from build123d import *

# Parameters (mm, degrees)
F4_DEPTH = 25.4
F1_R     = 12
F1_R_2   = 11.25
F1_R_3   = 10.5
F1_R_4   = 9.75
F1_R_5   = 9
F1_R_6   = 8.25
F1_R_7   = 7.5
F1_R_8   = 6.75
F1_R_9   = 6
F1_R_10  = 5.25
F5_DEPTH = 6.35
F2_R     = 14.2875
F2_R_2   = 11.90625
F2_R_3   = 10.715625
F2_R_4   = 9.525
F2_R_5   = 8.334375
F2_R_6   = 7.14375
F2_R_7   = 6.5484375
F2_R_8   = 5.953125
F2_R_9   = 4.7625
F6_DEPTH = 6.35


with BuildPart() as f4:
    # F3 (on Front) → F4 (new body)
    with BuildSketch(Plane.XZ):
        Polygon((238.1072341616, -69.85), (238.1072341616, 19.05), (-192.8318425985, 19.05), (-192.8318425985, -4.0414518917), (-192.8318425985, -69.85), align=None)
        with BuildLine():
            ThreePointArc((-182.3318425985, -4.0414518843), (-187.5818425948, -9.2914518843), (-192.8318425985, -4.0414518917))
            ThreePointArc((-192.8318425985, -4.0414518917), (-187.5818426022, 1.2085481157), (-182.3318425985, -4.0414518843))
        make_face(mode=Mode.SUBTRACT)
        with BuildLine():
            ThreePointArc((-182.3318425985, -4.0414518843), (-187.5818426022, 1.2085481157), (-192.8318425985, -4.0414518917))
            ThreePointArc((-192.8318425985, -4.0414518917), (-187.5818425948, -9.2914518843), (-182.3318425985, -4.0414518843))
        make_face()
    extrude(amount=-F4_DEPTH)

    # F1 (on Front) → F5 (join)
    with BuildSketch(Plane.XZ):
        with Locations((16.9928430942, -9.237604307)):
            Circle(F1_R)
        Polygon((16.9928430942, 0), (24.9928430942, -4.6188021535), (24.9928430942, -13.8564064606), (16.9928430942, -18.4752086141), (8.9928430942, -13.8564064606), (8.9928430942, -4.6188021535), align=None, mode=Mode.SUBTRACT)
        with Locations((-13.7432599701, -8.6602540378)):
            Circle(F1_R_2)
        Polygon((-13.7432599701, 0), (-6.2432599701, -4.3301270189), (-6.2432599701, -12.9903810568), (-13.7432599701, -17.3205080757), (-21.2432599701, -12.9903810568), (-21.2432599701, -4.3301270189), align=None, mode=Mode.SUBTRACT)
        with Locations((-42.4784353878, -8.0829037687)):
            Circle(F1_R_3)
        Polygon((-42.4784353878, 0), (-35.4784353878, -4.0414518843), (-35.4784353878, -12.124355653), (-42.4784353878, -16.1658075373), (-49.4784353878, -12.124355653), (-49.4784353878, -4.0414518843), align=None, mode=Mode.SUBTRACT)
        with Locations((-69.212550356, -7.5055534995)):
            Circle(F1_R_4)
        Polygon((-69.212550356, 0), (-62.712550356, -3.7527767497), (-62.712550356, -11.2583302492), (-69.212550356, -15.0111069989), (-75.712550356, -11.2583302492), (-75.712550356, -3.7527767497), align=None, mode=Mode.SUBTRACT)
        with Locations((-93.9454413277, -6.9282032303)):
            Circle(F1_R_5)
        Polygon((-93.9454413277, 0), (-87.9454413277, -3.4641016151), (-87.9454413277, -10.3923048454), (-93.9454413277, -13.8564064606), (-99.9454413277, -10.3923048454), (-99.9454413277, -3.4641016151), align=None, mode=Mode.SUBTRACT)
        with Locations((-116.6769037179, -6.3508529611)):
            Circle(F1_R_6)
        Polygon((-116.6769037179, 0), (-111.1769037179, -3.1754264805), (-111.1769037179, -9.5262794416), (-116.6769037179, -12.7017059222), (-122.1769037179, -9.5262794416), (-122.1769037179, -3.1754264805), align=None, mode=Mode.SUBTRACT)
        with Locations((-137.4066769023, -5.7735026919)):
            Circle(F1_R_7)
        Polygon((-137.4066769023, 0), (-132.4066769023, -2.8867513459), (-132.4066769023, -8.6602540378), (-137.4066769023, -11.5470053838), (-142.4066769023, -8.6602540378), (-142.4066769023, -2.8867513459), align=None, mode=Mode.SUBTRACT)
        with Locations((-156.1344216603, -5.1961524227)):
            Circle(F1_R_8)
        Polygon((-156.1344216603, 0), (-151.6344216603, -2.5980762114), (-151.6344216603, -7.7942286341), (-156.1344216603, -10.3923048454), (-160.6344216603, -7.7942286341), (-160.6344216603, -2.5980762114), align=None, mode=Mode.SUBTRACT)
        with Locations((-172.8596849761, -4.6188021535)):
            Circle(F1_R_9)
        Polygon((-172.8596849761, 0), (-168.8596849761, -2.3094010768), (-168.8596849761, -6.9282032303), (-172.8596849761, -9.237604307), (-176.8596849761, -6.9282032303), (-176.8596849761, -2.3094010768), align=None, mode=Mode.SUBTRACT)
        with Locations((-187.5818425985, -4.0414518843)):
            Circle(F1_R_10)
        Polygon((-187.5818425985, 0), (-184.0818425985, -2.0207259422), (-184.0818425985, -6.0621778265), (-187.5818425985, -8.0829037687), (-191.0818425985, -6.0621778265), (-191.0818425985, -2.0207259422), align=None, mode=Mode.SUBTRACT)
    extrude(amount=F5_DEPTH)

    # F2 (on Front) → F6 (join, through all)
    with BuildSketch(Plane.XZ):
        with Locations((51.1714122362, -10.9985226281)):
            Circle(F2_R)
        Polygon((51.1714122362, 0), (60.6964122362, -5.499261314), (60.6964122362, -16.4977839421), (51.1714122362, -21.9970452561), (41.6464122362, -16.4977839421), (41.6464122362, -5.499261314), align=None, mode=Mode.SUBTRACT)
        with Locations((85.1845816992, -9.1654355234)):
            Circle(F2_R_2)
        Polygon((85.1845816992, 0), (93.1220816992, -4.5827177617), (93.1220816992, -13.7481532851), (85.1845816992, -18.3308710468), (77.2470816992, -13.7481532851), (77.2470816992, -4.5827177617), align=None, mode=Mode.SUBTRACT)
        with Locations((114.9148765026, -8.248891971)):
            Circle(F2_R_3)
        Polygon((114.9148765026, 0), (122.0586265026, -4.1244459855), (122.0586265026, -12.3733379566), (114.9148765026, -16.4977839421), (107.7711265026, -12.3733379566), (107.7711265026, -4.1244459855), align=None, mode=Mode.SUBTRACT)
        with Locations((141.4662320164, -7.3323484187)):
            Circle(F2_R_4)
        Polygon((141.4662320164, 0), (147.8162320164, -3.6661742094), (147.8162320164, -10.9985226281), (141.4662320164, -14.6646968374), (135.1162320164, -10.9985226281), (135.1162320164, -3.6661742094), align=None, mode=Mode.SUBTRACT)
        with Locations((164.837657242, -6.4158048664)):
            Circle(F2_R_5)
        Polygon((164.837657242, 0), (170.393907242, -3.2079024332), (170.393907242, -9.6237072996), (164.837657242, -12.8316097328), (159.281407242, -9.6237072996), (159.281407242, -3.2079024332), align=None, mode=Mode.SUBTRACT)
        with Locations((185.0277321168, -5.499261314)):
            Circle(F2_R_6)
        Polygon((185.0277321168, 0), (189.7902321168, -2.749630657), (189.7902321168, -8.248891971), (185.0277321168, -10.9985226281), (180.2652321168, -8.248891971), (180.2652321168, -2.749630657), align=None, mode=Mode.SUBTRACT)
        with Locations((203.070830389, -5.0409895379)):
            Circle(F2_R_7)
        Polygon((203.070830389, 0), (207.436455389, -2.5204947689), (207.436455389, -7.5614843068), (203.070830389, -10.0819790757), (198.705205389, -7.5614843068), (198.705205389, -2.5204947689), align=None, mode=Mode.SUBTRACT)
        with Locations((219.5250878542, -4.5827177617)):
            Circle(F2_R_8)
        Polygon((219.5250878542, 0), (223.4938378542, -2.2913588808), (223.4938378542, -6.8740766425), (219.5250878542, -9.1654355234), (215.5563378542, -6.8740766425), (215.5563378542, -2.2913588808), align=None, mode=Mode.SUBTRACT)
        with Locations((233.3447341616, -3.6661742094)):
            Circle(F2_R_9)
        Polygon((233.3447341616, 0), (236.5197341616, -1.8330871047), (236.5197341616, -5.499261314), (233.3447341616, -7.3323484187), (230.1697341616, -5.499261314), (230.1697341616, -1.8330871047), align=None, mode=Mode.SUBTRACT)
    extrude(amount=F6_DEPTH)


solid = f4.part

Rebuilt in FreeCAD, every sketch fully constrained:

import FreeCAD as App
import Part
import Sketcher
from FreeCAD import Vector
Q = App.Units.Quantity


def add_polygon(sketch, points):
    """Adds a closed chain of lines whose ends are joined by coincident constraints."""
    first, n = sketch.GeometryCount, len(points)
    for a, b in zip(points, points[1:] + points[:1]):
        sketch.addGeometry(Part.LineSegment(App.Vector(*a, 0), App.Vector(*b, 0)), False)
    for i in range(n):
        sketch.addConstraint(Sketcher.Constraint("Coincident", first + i, 2, first + (i + 1) % n, 1))

doc = App.newDocument("Part")
body = doc.addObject("PartDesign::Body", "Body")

# Sketch on XZ plane
sketch1 = body.newObject("Sketcher::SketchObject", "Sketch")
sketch1.AttachmentSupport = (doc.getObject("XZ_Plane"), [""])
sketch1.MapMode = "FlatFace"
add_polygon(sketch1, [(-193, -70), (238, -70), (238, 19), (-193, 19)])  # lines 0-3
sketch1.addConstraint([
    Sketcher.Constraint("Horizontal", 0),
    Sketcher.Constraint("Vertical", 1),
    Sketcher.Constraint("Horizontal", 2),
    Sketcher.Constraint("Vertical", 3),
    Sketcher.Constraint("DistanceY", 1, 1, 1, 2, Q("3.5 in")),
    Sketcher.Constraint("DistanceY", 0, 2, -1, 1, Q("2.75 in")),
    Sketcher.Constraint("DistanceX", 0, 1, 0, 2, Q("430.939077 mm")),
    Sketcher.Constraint("DistanceX", -1, 1, 0, 2, Q("238.107234 mm")),
])
pad1 = body.newObject("PartDesign::Pad", "Pad")
pad1.Profile = sketch1
pad1.Length = Q("1 in")
pad1.Reversed = True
- - - - - - -
● Activity: From the records above, copy only the lines starting with the line that holds "-9.2914518843), (-182.3318425985, -4.0414518843))" and going on through the line that holds "Circle(F1_R_3)", exactly as written.

● Result:
            ThreePointArc((-192.8318425985, -4.0414518917), (-187.5818425948, -9.2914518843), (-182.3318425985, -4.0414518843))
        make_face()
    extrude(amount=-F4_DEPTH)

    # F1 (on Front) → F5 (join)
    with BuildSketch(Plane.XZ):
        with Locations((16.9928430942, -9.237604307)):
            Circle(F1_R)
        Polygon((16.9928430942, 0), (24.9928430942, -4.6188021535), (24.9928430942, -13.8564064606), (16.9928430942, -18.4752086141), (8.9928430942, -13.8564064606), (8.9928430942, -4.6188021535), align=None, mode=Mode.SUBTRACT)
        with Locations((-13.7432599701, -8.6602540378)):
            Circle(F1_R_2)
        Polygon((-13.7432599701, 0), (-6.2432599701, -4.3301270189), (-6.2432599701, -12.9903810568), (-13.7432599701, -17.3205080757), (-21.2432599701, -12.9903810568), (-21.2432599701, -4.3301270189), align=None, mode=Mode.SUBTRACT)
        with Locations((-42.4784353878, -8.0829037687)):
            Circle(F1_R_3)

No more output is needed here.